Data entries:
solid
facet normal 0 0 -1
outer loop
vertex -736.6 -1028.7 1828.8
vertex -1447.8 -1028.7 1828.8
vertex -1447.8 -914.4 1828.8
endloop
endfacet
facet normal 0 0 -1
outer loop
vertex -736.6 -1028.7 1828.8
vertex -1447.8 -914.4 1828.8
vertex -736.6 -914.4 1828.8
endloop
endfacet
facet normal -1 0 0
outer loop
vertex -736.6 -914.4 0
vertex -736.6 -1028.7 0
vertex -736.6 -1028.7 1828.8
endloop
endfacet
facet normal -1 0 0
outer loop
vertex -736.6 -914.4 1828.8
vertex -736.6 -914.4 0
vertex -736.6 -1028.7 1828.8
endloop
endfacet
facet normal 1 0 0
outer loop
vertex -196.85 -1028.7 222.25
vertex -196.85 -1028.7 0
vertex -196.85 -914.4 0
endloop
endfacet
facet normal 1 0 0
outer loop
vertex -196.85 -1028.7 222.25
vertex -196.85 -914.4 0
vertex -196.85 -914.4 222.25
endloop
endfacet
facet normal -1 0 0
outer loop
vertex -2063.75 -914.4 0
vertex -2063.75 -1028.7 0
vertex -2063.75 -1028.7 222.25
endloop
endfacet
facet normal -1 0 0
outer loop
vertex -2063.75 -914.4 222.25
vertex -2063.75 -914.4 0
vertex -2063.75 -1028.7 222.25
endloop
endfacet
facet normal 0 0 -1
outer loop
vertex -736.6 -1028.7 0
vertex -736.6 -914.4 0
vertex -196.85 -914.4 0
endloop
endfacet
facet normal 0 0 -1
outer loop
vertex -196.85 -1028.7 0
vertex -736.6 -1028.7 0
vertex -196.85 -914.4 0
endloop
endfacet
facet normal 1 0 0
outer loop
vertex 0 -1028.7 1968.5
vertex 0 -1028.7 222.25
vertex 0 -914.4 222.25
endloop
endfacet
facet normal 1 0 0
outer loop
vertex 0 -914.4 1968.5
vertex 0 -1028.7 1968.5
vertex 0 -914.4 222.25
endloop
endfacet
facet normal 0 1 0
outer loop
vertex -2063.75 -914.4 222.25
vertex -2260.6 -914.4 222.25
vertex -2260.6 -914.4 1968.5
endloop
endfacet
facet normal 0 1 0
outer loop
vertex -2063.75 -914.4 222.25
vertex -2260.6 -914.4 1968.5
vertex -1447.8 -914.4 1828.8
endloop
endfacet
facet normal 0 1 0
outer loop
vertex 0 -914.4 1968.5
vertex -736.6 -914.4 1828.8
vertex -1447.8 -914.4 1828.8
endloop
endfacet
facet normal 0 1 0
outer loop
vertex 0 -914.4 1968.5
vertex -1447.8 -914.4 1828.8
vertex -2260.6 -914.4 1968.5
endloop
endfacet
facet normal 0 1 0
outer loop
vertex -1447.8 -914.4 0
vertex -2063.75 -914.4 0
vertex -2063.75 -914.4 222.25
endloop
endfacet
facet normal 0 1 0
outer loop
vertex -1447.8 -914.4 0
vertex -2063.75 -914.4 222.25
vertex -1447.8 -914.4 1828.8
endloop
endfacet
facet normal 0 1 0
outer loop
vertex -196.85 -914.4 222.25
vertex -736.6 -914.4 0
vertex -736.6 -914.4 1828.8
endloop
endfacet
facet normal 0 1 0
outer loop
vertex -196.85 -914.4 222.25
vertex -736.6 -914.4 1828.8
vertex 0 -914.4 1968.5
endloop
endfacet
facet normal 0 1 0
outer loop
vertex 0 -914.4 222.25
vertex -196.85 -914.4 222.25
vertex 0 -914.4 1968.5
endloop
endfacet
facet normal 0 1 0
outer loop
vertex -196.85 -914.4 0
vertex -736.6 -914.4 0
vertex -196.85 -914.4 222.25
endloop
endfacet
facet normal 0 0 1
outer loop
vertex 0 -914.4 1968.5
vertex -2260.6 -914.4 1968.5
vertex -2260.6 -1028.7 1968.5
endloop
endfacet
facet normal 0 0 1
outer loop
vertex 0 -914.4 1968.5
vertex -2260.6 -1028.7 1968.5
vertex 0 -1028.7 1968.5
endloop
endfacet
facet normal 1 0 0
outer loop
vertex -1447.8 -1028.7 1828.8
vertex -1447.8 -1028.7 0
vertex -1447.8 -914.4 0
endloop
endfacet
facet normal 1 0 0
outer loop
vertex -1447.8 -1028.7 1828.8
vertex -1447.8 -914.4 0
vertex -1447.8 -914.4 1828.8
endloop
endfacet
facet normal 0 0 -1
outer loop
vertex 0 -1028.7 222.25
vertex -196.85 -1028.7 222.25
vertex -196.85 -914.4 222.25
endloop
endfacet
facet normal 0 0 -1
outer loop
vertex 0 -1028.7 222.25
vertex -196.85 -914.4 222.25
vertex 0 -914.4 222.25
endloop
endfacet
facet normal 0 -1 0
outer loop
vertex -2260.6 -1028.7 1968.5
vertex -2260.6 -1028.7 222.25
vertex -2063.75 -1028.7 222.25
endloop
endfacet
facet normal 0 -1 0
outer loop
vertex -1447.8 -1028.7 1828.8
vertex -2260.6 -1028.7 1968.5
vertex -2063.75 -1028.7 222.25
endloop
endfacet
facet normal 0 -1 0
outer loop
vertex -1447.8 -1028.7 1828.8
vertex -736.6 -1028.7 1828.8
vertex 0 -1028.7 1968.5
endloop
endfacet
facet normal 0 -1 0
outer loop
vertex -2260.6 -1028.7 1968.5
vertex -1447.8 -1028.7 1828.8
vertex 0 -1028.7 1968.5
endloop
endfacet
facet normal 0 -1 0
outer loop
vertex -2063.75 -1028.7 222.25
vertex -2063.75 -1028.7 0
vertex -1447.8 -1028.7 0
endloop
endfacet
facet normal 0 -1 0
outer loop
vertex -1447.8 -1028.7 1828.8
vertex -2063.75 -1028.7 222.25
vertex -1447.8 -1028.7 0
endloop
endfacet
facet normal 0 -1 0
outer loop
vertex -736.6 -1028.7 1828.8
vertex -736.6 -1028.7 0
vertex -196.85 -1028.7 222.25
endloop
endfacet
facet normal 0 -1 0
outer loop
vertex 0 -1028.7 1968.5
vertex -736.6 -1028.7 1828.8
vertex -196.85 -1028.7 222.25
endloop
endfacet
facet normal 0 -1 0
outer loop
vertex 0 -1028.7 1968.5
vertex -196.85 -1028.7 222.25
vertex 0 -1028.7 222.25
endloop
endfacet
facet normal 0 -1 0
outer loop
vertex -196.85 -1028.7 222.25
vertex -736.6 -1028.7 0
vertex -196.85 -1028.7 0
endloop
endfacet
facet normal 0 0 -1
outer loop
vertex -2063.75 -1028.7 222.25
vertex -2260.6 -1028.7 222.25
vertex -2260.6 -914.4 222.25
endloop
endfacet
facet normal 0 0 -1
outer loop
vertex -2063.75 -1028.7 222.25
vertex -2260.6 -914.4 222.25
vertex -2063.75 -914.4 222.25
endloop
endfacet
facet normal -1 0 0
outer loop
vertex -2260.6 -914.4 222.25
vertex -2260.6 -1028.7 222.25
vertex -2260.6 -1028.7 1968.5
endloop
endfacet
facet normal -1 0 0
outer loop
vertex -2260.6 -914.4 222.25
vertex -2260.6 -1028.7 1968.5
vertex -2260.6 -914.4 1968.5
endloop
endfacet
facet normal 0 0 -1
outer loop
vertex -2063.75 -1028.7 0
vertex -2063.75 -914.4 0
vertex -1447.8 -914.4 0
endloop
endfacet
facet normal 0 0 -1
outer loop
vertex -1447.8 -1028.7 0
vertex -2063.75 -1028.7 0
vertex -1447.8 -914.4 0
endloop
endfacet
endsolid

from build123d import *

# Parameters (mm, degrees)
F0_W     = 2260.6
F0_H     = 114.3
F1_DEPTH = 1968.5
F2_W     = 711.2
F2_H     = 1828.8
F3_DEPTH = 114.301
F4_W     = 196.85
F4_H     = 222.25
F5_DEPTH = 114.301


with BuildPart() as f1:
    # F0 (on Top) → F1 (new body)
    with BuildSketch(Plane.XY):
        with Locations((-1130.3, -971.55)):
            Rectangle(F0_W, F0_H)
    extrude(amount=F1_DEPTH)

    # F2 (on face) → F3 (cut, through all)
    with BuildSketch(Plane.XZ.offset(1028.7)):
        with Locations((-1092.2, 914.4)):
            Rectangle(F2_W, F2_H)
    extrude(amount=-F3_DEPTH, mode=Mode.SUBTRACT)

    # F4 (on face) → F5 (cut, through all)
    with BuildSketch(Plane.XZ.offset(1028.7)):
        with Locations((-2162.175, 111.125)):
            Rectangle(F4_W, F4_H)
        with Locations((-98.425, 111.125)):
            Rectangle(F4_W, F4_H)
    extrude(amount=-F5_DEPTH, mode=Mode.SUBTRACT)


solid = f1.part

---

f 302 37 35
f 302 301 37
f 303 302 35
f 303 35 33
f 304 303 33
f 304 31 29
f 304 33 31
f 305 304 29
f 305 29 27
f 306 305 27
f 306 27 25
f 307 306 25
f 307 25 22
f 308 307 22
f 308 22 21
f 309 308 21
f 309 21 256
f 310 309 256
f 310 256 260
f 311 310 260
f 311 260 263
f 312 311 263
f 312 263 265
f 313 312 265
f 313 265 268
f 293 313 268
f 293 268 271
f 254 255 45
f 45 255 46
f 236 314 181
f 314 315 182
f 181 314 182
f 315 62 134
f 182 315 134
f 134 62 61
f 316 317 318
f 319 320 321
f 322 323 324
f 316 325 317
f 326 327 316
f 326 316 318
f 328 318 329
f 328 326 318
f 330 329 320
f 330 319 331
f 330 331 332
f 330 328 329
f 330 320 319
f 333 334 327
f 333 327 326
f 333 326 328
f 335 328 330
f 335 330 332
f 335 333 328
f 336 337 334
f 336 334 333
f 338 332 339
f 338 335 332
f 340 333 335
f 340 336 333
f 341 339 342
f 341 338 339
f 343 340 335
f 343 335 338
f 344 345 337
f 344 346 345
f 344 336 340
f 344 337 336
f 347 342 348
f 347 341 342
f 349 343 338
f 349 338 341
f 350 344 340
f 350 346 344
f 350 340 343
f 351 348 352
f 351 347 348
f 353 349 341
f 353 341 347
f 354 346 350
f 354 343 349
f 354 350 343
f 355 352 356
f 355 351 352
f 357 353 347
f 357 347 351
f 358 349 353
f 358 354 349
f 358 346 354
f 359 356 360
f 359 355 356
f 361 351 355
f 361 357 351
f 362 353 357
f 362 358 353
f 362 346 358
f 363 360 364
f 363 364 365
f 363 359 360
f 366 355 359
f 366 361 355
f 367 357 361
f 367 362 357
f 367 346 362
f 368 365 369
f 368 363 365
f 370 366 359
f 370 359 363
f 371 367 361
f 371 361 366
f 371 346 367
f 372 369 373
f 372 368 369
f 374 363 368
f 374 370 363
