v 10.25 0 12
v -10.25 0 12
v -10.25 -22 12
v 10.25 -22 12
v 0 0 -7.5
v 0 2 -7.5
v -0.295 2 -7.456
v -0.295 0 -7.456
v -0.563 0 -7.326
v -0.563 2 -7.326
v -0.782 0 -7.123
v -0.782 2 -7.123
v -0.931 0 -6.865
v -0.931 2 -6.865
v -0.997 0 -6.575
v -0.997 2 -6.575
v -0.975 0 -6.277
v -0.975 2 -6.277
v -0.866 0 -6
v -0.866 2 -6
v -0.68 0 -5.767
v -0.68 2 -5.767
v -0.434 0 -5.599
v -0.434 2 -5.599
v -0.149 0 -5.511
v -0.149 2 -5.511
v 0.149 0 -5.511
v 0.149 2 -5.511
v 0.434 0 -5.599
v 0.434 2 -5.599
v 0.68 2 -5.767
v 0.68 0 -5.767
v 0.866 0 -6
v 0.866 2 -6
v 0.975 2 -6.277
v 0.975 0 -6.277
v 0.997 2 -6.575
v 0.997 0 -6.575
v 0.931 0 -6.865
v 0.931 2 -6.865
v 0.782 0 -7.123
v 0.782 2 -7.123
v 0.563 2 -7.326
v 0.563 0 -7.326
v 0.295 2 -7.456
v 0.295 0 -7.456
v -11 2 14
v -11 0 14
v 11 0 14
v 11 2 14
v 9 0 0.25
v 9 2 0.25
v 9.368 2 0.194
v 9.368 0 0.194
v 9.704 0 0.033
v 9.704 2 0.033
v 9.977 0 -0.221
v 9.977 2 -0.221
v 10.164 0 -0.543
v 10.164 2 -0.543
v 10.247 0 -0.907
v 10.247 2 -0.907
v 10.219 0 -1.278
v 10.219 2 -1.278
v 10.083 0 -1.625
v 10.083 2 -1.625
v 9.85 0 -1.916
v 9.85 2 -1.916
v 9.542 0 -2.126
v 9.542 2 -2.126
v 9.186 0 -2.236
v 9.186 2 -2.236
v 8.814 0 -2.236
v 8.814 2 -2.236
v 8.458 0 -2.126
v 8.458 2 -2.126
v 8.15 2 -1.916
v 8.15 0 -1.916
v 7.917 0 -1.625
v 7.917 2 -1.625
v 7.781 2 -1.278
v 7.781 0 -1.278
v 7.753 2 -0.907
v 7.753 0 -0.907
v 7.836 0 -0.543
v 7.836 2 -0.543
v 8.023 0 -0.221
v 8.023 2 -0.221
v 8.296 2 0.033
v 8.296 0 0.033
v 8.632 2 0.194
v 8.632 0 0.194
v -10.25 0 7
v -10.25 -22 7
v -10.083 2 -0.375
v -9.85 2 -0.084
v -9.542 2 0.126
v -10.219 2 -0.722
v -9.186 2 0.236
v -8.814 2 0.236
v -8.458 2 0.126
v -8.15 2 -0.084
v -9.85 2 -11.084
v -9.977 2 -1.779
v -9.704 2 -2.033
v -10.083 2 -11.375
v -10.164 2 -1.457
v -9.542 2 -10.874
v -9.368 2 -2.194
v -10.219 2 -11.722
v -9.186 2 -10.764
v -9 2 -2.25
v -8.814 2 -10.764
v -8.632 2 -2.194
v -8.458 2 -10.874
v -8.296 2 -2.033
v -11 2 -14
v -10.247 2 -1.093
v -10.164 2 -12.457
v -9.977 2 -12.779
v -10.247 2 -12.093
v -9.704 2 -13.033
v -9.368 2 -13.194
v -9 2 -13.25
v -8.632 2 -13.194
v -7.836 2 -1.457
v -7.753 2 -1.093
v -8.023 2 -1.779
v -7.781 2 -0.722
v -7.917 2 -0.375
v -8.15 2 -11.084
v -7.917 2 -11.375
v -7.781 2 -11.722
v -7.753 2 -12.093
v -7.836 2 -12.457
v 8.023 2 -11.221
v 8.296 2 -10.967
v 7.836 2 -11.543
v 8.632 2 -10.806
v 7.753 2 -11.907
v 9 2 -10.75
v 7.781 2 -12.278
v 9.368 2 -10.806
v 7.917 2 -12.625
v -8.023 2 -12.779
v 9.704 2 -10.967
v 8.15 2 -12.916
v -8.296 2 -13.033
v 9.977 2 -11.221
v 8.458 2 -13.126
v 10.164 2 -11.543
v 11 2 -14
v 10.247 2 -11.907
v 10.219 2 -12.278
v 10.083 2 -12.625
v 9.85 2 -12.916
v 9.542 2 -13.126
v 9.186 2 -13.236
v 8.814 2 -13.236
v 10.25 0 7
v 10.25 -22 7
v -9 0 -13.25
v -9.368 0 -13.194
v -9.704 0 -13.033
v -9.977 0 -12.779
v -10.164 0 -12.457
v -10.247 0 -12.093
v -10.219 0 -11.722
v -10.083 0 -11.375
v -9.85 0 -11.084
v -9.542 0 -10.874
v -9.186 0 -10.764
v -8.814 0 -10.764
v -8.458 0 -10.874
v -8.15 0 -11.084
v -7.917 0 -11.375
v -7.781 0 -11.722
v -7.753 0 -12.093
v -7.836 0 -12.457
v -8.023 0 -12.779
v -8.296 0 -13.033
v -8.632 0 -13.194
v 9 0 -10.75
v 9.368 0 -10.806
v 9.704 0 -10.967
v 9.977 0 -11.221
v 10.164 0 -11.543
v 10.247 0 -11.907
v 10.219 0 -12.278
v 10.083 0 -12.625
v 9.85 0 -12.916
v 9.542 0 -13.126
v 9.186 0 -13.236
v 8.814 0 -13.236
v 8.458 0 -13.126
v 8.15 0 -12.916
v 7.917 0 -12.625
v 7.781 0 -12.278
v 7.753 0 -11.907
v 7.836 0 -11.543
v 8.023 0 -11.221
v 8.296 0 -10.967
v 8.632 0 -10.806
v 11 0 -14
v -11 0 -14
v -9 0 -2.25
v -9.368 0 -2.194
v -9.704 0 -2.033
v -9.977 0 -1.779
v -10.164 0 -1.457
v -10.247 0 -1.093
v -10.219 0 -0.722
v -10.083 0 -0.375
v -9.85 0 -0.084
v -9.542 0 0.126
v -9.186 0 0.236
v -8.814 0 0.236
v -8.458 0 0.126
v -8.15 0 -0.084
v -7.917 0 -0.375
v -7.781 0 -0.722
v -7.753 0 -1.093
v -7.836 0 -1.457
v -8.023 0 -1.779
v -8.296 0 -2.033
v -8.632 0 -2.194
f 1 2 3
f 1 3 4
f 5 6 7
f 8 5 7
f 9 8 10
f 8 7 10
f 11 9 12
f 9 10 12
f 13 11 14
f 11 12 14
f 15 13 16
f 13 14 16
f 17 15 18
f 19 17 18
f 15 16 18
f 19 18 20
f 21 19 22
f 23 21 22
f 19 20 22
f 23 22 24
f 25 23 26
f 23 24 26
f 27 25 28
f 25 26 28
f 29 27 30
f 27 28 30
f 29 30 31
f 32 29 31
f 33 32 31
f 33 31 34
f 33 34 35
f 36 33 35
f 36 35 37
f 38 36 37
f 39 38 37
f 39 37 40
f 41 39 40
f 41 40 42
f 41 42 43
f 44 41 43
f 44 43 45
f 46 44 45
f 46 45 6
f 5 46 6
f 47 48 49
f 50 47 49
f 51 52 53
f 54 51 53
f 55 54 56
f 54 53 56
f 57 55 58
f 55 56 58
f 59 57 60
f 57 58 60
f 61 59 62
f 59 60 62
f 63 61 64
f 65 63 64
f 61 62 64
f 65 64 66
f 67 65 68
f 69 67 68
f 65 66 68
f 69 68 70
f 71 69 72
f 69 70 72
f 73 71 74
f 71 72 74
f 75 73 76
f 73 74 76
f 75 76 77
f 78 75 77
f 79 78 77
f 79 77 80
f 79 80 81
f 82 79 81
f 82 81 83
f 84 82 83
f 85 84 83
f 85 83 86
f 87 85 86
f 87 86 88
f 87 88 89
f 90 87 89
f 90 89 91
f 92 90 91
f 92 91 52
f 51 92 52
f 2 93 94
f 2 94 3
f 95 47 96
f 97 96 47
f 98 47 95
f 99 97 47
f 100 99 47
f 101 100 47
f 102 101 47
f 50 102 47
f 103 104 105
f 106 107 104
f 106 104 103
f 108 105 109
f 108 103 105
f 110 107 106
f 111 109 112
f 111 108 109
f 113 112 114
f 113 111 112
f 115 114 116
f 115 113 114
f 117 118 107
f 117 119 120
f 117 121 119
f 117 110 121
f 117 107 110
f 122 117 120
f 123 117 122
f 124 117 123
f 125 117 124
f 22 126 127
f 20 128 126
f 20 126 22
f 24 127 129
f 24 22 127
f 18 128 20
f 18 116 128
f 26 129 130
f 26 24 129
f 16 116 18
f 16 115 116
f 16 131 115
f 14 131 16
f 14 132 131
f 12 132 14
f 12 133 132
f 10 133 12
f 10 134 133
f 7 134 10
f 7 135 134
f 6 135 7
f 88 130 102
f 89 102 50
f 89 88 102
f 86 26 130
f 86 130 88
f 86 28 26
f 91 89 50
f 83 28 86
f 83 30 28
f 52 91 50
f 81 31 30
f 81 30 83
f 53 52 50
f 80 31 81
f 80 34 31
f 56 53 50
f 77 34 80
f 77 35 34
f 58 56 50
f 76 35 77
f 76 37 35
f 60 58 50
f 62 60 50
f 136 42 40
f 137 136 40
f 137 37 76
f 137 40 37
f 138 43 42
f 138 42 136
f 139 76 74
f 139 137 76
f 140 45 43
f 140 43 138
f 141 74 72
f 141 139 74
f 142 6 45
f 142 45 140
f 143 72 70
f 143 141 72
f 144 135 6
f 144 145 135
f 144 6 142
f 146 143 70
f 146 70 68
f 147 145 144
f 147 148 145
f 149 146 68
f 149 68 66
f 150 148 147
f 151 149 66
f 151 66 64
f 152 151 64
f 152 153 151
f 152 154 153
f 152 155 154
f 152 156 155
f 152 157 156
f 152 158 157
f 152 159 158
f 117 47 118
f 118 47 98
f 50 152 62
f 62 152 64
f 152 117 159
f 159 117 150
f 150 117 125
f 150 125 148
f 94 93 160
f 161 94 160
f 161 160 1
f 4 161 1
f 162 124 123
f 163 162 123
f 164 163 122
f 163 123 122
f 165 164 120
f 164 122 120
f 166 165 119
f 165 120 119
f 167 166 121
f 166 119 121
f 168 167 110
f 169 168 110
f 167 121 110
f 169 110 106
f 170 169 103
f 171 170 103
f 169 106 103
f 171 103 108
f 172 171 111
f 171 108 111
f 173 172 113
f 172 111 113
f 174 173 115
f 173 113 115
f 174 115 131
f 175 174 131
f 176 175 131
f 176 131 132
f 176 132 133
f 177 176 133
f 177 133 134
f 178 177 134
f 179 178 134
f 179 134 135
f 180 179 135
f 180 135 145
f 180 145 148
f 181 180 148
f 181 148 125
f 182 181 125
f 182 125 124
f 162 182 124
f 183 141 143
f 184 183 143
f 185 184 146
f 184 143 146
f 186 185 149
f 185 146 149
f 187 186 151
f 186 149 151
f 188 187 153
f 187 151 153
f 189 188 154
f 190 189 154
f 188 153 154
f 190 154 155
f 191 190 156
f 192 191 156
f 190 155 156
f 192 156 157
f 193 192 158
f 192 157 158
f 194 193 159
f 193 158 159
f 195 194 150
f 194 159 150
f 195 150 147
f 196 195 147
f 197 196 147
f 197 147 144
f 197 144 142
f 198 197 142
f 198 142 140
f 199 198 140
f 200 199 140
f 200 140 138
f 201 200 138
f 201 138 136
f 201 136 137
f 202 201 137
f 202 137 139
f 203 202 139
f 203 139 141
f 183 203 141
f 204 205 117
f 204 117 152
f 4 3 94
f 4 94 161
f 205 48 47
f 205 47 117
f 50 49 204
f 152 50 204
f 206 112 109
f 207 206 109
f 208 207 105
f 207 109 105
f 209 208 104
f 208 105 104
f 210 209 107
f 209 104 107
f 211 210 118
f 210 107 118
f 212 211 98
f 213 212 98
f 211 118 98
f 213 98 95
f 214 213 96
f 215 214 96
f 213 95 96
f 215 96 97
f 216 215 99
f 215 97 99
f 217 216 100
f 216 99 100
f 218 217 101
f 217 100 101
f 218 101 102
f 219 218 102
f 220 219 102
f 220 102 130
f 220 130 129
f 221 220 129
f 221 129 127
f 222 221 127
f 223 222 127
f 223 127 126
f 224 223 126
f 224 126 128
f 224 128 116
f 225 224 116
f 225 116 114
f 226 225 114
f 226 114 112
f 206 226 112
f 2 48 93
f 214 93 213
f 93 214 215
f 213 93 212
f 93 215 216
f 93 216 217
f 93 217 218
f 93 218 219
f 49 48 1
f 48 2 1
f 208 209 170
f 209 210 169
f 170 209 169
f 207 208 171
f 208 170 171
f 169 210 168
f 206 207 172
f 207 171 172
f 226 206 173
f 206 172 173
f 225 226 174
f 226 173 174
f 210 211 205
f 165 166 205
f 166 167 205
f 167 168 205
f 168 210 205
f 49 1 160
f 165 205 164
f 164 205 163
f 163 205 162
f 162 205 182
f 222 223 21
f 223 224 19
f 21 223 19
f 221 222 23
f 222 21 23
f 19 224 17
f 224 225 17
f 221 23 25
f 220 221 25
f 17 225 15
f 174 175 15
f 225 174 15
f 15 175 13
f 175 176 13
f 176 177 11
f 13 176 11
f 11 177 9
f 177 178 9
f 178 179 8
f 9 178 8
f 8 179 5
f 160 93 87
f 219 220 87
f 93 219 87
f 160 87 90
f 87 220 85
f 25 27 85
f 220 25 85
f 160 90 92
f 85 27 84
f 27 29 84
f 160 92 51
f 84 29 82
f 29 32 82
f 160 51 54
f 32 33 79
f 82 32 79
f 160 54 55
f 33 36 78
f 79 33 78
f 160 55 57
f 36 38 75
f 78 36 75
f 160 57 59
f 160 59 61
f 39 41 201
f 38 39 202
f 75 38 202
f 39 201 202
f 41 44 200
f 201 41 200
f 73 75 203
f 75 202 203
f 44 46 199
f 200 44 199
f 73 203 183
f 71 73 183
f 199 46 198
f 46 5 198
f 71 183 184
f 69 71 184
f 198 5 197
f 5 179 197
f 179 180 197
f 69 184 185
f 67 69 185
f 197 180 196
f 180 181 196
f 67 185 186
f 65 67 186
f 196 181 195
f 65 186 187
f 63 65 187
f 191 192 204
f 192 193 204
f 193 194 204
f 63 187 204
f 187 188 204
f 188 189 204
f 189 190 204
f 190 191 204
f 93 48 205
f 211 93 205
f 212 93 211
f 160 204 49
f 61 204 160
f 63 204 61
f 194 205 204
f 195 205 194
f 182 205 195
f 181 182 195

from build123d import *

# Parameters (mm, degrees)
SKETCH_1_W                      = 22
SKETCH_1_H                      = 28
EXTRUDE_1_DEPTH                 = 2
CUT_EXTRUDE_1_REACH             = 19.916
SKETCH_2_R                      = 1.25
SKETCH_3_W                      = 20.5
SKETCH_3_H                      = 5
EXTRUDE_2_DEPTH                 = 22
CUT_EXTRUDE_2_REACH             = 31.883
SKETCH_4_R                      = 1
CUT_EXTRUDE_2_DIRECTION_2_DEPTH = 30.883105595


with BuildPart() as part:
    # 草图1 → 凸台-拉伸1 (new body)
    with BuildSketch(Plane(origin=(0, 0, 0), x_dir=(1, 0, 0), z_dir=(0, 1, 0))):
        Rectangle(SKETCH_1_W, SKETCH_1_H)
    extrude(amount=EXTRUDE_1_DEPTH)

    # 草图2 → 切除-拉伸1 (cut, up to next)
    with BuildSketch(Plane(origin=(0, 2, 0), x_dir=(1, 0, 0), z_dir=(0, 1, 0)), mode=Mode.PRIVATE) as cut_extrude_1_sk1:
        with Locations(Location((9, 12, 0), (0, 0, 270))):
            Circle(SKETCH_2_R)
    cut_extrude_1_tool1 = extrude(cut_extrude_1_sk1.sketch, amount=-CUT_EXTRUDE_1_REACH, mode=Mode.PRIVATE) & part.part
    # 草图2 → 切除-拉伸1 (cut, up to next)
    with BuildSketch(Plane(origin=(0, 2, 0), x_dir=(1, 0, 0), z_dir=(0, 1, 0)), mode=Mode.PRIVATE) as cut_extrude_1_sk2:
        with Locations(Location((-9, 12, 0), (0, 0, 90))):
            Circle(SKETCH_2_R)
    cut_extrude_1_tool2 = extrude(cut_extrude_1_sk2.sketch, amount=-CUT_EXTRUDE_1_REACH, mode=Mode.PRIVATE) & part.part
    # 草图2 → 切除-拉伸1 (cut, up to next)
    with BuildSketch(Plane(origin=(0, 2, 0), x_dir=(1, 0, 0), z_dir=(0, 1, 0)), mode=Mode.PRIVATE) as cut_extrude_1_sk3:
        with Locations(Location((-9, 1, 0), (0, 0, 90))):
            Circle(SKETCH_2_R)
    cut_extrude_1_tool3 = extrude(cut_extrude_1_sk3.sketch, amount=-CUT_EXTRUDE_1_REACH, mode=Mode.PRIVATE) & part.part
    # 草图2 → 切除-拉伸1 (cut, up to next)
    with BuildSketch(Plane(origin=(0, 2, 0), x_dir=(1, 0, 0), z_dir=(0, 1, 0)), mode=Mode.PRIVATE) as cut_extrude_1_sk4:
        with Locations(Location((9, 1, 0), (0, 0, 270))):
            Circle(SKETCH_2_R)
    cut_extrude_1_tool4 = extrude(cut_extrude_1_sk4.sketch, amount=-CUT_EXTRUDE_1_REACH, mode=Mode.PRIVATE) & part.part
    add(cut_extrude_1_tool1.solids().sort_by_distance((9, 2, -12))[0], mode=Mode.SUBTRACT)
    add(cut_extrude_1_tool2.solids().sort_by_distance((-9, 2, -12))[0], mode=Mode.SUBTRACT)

_TASK INSTRUCTIONS_
Using the records above, copy word for word the line with "v -0.997 0 -6.575", the line with "v 0.434 2 -5.599", and every line between them.

_RESPONSE BELOW_
v -0.997 0 -6.575
v -0.997 2 -6.575
v -0.975 0 -6.277
v -0.975 2 -6.277
v -0.866 0 -6
v -0.866 2 -6
v -0.68 0 -5.767
v -0.68 2 -5.767
v -0.434 0 -5.599
v -0.434 2 -5.599
v -0.149 0 -5.511
v -0.149 2 -5.511
v 0.149 0 -5.511
v 0.149 2 -5.511
v 0.434 0 -5.599
v 0.434 2 -5.599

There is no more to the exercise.